Closed SeanCurtis-TRI closed 2 years ago

SeanCurtis-TRI commented 3 years ago

The file drake/bindings/pydrake/geometry_py.cc has gotten massive. So large that one user reported a 25 minute compile time. In addition, different aspects of geometry have different dependencies, and right now to compile a change in just about anything drags in dependencies and compilation for everything.

We'll follow the example given by drake/bindings/pydrake/systems/framework_py.cc and decompose the bindings into a collection of .cc files (each dedicated to some portion of the whole. In addition, we'll likewise partition the unit tests so that each binding compilation unit has a corresponding unit test (again, to facilitate more localized changes/tests).

Ultimately, we want to do this in such a way that the history of the code is preserved. So, we'll break the code out in multiple PRs. Each PR will have a commit sequence:

We'll have the following divisions will be added (one PR each, the order may be different than is shown below):

(As a footnote: due to an author SNAFU on #15860, we lost history on geometry_py.cc and geometry_test.py. #15879 sought to patch that failing by replacing geometry_py.cc with geometry_py_all.cc (and similarly for test). The patch was imperfect, but sufficient.)

jwnimmer-tri commented 3 years ago

I support this issue because the latency of any single compilation unit is important (e.g., the 25 minutes you cite above). The latency also relates to memory usage, so this will also help the build when RAM is scarce. Also because IDEs (and people!) struggle with the super long files.

... to compile a change in just about anything drags in dependencies and compilation for everything.
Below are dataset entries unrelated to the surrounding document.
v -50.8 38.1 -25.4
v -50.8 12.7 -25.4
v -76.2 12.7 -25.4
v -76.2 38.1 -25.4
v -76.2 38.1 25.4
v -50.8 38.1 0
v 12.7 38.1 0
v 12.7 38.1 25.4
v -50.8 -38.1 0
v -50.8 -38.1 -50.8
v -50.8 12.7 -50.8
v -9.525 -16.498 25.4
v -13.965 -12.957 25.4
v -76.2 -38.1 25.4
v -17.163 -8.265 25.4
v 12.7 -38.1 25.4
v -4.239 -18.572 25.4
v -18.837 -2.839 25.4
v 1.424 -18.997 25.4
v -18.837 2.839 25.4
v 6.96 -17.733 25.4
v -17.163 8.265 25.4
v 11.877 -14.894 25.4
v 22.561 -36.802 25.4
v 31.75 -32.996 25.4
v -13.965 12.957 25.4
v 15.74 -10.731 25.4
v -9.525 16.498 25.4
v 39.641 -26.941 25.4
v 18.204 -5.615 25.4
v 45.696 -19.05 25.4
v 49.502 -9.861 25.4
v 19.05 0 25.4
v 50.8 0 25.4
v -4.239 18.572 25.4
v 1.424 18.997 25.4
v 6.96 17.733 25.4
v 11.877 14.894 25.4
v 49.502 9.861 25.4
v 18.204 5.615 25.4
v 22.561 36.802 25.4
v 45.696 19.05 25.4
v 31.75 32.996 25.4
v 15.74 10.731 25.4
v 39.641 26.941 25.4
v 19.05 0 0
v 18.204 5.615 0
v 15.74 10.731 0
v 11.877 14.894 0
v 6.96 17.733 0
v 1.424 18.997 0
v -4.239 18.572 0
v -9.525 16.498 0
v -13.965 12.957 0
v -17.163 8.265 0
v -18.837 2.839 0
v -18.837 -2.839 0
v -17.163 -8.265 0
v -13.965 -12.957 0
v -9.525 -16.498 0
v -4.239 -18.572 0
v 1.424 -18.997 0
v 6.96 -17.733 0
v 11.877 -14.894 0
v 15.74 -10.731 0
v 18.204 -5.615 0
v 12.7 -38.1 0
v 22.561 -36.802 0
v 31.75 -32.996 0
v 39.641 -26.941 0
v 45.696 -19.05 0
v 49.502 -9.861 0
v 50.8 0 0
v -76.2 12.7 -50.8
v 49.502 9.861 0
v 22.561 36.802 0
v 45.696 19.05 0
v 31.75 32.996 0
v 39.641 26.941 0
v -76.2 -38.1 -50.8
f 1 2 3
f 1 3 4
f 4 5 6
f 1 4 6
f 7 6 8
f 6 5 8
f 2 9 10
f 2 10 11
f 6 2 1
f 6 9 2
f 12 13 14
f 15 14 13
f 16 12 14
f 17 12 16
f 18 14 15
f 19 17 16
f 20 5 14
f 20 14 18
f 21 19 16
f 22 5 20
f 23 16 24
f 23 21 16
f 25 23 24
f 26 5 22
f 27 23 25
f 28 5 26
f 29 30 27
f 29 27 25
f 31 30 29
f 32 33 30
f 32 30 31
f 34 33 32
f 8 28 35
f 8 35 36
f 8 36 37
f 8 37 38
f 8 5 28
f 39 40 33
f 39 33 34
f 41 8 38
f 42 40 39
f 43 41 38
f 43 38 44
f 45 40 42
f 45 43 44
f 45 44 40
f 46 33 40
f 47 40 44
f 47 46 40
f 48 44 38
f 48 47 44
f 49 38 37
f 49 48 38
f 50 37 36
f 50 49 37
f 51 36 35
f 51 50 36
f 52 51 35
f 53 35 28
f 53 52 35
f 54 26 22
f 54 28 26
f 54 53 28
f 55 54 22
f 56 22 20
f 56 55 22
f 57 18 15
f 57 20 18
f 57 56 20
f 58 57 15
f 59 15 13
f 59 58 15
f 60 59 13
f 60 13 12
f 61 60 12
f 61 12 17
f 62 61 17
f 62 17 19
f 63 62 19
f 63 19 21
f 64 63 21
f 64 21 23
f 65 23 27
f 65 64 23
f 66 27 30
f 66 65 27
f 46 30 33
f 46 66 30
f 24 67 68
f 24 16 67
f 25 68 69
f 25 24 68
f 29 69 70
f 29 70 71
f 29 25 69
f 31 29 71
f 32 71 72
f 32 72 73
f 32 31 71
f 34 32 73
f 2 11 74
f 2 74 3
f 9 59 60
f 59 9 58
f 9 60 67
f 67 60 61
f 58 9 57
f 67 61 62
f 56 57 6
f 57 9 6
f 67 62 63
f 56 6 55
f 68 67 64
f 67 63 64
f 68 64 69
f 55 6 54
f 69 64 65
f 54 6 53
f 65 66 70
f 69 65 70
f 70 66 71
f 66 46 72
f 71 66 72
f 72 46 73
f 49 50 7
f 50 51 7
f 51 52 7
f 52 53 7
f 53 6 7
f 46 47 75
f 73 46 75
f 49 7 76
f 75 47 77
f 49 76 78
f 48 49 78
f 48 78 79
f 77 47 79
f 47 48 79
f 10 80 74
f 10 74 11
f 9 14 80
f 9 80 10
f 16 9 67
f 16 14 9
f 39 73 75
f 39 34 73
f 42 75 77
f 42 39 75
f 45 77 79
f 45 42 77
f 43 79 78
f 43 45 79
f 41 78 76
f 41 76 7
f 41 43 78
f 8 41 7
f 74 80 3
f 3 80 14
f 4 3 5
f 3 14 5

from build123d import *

# Parameters (mm, degrees)
F0_W     = 101.6
F0_H     = 76.2
F1_DEPTH = 25.4
F2_R     = 38.09999
F3_R     = 19.05
F4_DEPTH = 25.401
F5_W     = 25.4
F5_H     = 76.2
F6_DEPTH = 76.2
F7_W     = 25.4
F7_H     = 25.4
F8_DEPTH = 25.4


# Not quite as in the source:
# - a fillet or chamfer is up to 0.001 mm smaller than in the source, because OpenCascade refuses the exact size


with BuildPart() as f1:
    # F0 (on Top) → F1 (new body)
    with BuildSketch(Plane.XY):
        Rectangle(F0_W, F0_H)
    extrude(amount=F1_DEPTH)

    # F2 (radius 38.1 in the source; OpenCascade refuses exactly that, so slightly less here)
    f2_edges = [f1.edges().sort_by_distance(p)[0] for p in [
        (50.8, -38.1, 12.7),
        (50.8, 38.1, 12.7),
    ]]
    fillet(f2_edges, radius=F2_R)

    # F3 (on Top) → F4 (cut, through all)
    with BuildSketch(Plane.XY):
        Circle(F3_R)
    extrude(amount=F4_DEPTH, mode=Mode.SUBTRACT)

    # F5 (on face) → F6 (join)
    with BuildSketch(Plane.XY.offset(25.4)):
        with Locations((-63.5, 0)):
            Rectangle(F5_W, F5_H)
    extrude(amount=-F6_DEPTH)

    # F7 (on face) → F8 (cut)
    with BuildSketch(Plane.YZ.offset(-50.8)):
        with Locations((25.4, -38.1)):
            Rectangle(F7_W, F7_H)
    extrude(amount=-F8_DEPTH, mode=Mode.SUBTRACT)


solid = f1.part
Note, however, that splitting up the bindings cc file will not really change how much gets rebuilt when a drake header changes, nor how much gets relinked when a drake cc file changes. Because pydrake eats all of drake's headers and object code as a single shared library dependency, any change to drake will always re-fire most all of the pydrake build actions. With this fix, though, there will be more concurrency available, so developers with lots of CPUs will see a nice reduction in long-tail build latency.
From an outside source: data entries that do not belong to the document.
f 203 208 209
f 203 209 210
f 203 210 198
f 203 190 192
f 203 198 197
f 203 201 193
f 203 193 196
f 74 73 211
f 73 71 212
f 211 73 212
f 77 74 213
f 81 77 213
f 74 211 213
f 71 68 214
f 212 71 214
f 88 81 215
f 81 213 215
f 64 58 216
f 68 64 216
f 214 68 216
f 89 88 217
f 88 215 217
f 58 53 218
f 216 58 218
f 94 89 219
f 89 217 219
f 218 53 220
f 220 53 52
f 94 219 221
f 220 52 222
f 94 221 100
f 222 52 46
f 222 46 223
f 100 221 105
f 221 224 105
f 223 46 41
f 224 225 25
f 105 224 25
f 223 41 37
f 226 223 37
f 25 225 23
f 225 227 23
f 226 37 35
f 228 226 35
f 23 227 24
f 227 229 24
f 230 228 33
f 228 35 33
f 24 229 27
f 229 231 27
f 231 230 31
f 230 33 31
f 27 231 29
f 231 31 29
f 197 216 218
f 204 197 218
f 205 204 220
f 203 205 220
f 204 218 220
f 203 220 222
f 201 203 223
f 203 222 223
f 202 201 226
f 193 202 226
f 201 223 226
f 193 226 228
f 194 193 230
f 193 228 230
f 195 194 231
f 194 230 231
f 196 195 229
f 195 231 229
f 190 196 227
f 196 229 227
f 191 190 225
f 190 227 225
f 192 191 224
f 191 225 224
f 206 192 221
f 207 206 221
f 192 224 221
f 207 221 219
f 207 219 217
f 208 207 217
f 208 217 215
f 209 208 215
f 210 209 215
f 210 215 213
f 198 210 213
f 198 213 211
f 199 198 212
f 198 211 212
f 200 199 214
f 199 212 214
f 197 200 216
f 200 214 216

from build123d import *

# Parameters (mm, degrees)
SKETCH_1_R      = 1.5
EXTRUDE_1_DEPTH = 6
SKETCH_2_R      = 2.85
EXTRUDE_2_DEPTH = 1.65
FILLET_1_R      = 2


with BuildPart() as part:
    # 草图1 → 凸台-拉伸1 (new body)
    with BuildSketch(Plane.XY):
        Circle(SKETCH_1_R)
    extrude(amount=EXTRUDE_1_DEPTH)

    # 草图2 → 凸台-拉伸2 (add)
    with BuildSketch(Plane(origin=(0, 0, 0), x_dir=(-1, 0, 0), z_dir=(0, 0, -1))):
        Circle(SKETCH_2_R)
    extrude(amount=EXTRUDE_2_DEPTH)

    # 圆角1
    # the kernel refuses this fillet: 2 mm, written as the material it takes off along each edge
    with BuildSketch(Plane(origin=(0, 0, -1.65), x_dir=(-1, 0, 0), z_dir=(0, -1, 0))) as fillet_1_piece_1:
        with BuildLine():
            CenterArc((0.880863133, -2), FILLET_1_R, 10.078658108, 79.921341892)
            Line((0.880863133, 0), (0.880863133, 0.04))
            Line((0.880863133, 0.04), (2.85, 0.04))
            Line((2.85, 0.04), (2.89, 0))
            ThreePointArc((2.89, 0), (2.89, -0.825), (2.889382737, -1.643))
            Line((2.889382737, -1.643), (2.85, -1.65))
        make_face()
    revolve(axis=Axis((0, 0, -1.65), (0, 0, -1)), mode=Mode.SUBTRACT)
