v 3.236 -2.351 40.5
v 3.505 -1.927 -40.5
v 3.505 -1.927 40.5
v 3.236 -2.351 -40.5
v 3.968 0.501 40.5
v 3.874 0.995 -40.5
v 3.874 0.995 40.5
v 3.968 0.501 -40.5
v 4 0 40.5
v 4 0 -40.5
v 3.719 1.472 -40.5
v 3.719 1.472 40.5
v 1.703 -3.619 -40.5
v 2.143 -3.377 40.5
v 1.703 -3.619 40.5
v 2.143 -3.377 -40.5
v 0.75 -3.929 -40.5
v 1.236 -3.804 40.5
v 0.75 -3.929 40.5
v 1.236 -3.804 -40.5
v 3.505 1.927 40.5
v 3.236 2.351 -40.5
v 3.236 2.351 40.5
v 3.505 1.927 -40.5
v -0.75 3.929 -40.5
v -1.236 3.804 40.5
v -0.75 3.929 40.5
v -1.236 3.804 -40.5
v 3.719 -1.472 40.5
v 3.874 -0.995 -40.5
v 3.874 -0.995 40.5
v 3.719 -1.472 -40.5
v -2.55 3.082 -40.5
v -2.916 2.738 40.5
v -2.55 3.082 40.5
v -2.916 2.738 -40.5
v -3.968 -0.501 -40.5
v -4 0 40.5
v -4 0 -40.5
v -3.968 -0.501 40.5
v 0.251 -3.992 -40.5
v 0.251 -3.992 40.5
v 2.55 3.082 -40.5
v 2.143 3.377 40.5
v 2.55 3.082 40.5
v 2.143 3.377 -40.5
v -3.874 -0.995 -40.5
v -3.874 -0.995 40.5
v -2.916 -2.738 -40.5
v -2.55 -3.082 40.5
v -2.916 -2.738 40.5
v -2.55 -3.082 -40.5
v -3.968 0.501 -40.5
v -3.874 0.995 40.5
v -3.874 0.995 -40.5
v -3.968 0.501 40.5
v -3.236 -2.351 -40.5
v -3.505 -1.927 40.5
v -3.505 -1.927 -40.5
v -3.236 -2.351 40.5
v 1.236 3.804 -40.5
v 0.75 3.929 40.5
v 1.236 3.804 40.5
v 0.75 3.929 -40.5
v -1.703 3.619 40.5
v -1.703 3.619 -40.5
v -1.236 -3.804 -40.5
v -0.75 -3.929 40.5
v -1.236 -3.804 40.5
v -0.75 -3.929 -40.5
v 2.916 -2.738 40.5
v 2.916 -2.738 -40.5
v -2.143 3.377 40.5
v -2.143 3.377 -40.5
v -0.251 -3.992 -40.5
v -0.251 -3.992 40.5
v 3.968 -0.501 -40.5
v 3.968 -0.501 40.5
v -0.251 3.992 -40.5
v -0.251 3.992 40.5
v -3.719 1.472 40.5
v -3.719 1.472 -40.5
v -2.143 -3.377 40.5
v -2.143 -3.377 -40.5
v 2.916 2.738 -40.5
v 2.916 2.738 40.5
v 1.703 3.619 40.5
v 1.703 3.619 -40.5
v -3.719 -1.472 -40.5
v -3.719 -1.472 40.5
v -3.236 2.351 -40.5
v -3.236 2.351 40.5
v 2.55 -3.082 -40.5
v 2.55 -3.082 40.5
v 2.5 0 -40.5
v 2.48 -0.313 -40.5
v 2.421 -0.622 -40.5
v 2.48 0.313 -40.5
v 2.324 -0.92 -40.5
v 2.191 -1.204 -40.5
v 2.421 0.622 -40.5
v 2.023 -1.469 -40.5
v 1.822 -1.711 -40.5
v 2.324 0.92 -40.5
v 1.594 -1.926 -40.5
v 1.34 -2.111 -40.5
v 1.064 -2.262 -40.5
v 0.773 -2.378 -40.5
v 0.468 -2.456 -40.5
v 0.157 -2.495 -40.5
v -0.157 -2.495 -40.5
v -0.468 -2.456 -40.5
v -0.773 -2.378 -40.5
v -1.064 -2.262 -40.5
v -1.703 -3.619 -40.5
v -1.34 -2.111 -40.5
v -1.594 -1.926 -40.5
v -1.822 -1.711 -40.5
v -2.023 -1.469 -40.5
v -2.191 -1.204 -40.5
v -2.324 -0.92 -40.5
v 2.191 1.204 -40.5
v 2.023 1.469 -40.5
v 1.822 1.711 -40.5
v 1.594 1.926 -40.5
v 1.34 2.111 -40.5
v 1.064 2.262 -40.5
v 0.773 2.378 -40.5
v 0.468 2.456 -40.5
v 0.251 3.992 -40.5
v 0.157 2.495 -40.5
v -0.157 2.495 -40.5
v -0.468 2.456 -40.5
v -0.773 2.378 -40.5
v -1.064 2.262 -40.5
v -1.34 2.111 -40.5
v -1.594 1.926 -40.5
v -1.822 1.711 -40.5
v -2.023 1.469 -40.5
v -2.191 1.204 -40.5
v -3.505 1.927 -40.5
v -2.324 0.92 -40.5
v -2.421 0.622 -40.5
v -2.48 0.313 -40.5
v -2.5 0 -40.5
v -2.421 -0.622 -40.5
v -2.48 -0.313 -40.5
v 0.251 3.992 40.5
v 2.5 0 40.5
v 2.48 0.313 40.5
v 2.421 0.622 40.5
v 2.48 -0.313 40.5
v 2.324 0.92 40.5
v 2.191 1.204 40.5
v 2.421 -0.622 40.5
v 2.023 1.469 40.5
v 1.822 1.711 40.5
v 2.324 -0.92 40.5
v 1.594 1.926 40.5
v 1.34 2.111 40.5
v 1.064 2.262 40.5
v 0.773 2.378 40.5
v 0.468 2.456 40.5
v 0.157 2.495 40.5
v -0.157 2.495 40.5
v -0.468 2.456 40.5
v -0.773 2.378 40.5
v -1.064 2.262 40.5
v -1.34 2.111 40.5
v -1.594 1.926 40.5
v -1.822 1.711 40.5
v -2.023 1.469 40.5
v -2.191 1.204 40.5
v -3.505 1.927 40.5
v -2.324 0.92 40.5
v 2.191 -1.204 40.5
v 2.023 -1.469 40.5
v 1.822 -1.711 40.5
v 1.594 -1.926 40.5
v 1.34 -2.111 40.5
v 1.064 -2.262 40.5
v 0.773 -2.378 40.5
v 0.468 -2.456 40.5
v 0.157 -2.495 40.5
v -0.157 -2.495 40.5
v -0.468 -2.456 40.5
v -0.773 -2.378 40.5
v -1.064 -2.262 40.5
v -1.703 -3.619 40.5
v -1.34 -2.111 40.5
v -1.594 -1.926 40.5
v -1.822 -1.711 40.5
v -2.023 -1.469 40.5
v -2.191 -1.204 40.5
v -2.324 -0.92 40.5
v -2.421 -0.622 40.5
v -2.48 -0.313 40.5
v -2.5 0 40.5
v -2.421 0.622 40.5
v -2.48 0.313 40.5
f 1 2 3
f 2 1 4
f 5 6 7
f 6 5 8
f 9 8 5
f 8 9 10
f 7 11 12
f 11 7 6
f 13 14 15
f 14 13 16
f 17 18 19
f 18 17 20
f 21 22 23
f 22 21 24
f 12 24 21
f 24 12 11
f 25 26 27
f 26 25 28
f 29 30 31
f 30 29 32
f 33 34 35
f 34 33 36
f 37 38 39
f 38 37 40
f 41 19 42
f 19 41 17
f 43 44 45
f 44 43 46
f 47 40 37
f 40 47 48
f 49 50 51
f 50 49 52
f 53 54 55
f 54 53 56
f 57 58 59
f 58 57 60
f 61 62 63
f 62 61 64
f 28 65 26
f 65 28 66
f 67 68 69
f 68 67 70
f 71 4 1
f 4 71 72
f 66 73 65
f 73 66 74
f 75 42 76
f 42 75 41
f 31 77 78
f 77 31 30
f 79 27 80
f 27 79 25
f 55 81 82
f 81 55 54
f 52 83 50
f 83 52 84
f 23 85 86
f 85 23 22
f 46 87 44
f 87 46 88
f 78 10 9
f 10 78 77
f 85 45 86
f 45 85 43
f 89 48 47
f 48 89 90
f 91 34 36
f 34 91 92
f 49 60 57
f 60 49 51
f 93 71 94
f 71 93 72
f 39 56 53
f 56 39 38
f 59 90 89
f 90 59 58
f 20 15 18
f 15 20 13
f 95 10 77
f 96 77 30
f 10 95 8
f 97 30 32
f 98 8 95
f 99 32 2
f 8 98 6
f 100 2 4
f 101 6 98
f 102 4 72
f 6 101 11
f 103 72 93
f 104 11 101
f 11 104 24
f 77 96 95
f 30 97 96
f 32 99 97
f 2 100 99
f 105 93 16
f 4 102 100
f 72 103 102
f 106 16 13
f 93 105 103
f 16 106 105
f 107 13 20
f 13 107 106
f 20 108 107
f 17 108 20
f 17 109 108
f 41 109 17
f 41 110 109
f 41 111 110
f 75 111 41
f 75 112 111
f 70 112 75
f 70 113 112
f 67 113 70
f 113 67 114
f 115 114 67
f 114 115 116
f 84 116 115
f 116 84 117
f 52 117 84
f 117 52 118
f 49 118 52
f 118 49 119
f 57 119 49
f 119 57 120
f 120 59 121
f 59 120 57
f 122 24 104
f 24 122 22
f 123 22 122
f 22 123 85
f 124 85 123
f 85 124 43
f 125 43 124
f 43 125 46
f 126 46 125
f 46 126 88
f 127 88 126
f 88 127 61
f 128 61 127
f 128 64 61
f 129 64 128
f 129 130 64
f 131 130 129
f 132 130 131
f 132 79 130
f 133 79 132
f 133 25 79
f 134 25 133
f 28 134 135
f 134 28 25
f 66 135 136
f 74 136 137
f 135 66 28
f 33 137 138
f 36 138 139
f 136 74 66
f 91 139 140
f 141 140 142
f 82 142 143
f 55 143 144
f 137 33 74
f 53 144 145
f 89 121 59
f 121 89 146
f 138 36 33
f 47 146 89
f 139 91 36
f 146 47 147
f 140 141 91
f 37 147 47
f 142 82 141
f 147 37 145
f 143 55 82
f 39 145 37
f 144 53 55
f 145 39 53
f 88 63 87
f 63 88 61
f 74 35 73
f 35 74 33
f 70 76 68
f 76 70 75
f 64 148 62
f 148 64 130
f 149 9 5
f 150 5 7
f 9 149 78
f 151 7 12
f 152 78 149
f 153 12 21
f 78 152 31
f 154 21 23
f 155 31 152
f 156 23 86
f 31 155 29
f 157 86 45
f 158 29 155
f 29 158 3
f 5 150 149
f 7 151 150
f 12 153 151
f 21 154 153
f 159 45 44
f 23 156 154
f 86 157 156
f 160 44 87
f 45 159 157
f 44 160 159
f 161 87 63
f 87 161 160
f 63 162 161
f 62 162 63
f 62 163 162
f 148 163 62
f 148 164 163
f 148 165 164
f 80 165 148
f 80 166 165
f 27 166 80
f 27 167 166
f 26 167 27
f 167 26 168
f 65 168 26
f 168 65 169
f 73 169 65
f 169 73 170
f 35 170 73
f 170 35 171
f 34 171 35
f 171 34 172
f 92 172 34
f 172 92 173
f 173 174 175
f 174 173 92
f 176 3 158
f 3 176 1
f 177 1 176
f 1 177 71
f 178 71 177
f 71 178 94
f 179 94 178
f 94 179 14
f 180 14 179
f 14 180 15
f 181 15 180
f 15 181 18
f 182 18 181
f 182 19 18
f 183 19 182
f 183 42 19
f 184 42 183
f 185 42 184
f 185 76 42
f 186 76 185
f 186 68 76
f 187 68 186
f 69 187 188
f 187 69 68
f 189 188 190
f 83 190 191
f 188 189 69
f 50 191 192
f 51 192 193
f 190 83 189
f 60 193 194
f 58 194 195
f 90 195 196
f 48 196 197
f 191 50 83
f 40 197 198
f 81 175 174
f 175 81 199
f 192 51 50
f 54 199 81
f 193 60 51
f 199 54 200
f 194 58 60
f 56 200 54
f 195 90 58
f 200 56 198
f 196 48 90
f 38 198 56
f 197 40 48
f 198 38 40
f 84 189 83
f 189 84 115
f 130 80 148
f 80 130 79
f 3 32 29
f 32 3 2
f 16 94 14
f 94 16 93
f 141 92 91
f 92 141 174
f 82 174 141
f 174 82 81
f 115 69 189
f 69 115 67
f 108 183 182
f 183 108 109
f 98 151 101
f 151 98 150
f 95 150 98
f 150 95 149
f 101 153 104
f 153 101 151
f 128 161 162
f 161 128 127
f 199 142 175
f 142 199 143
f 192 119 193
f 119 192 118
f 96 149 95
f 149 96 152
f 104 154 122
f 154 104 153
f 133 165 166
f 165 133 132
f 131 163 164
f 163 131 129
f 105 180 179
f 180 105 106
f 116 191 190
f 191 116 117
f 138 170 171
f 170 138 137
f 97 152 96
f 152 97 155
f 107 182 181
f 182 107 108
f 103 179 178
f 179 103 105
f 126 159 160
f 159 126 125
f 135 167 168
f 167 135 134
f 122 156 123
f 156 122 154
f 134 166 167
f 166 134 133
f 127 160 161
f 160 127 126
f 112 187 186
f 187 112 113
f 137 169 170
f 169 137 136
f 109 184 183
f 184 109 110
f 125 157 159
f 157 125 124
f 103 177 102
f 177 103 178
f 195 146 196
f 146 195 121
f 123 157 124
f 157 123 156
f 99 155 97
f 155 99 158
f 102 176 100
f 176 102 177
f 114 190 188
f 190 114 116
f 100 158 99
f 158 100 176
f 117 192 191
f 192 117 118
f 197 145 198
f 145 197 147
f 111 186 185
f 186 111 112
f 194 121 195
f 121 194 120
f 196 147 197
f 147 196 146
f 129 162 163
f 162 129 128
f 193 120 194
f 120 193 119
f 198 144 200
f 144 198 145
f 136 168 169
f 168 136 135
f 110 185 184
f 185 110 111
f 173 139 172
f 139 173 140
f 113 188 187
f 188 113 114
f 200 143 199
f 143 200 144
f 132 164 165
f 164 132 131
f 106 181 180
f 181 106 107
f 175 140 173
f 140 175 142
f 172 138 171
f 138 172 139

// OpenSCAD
$fn = 50;


difference() {
	union() {
		translate(v = [0, 0, -40.5000000000]) {
			cylinder(h = 81, r = 4.0000000000);
		}
	}
	union() {
		translate(v = [0, 0, -100.0000000000]) {
			cylinder(h = 200, r = 2.5000000000);
		}
	}
}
SeanCurtis-TRI commented 2 years ago

On the splitting, there is concrete value beyond latency. (Although my earlier language was imprecise and implied sweeping benefits), at the very least, the decomposition means that some tests don't require MultibodyPlant bindings. Others don't require mathematical program, sensor, or analysis bindings. So, if one is working in the corner, one can work without being touched by high-latency binding code. Not as good at leaving the corresponding portions of Drake uncompiled, but I'll take everything I can get.

jwnimmer-tri commented 2 years ago

Ah yes, that's accurate -- intra-pydrake dependencies are open to improvement, and in particular multibody_tree_py.cc is one of the high-latency cc files that defeats parallelism and also really needs to be split up, similar to how geometry_py is being split up here.

SeanCurtis-TRI commented 2 years ago

I bet you can guess how eager I would be to tackle the multibody_tree_py.cc break up. ;)

jwnimmer-tri commented 2 years ago

I believe the final two PRs here have already been merged.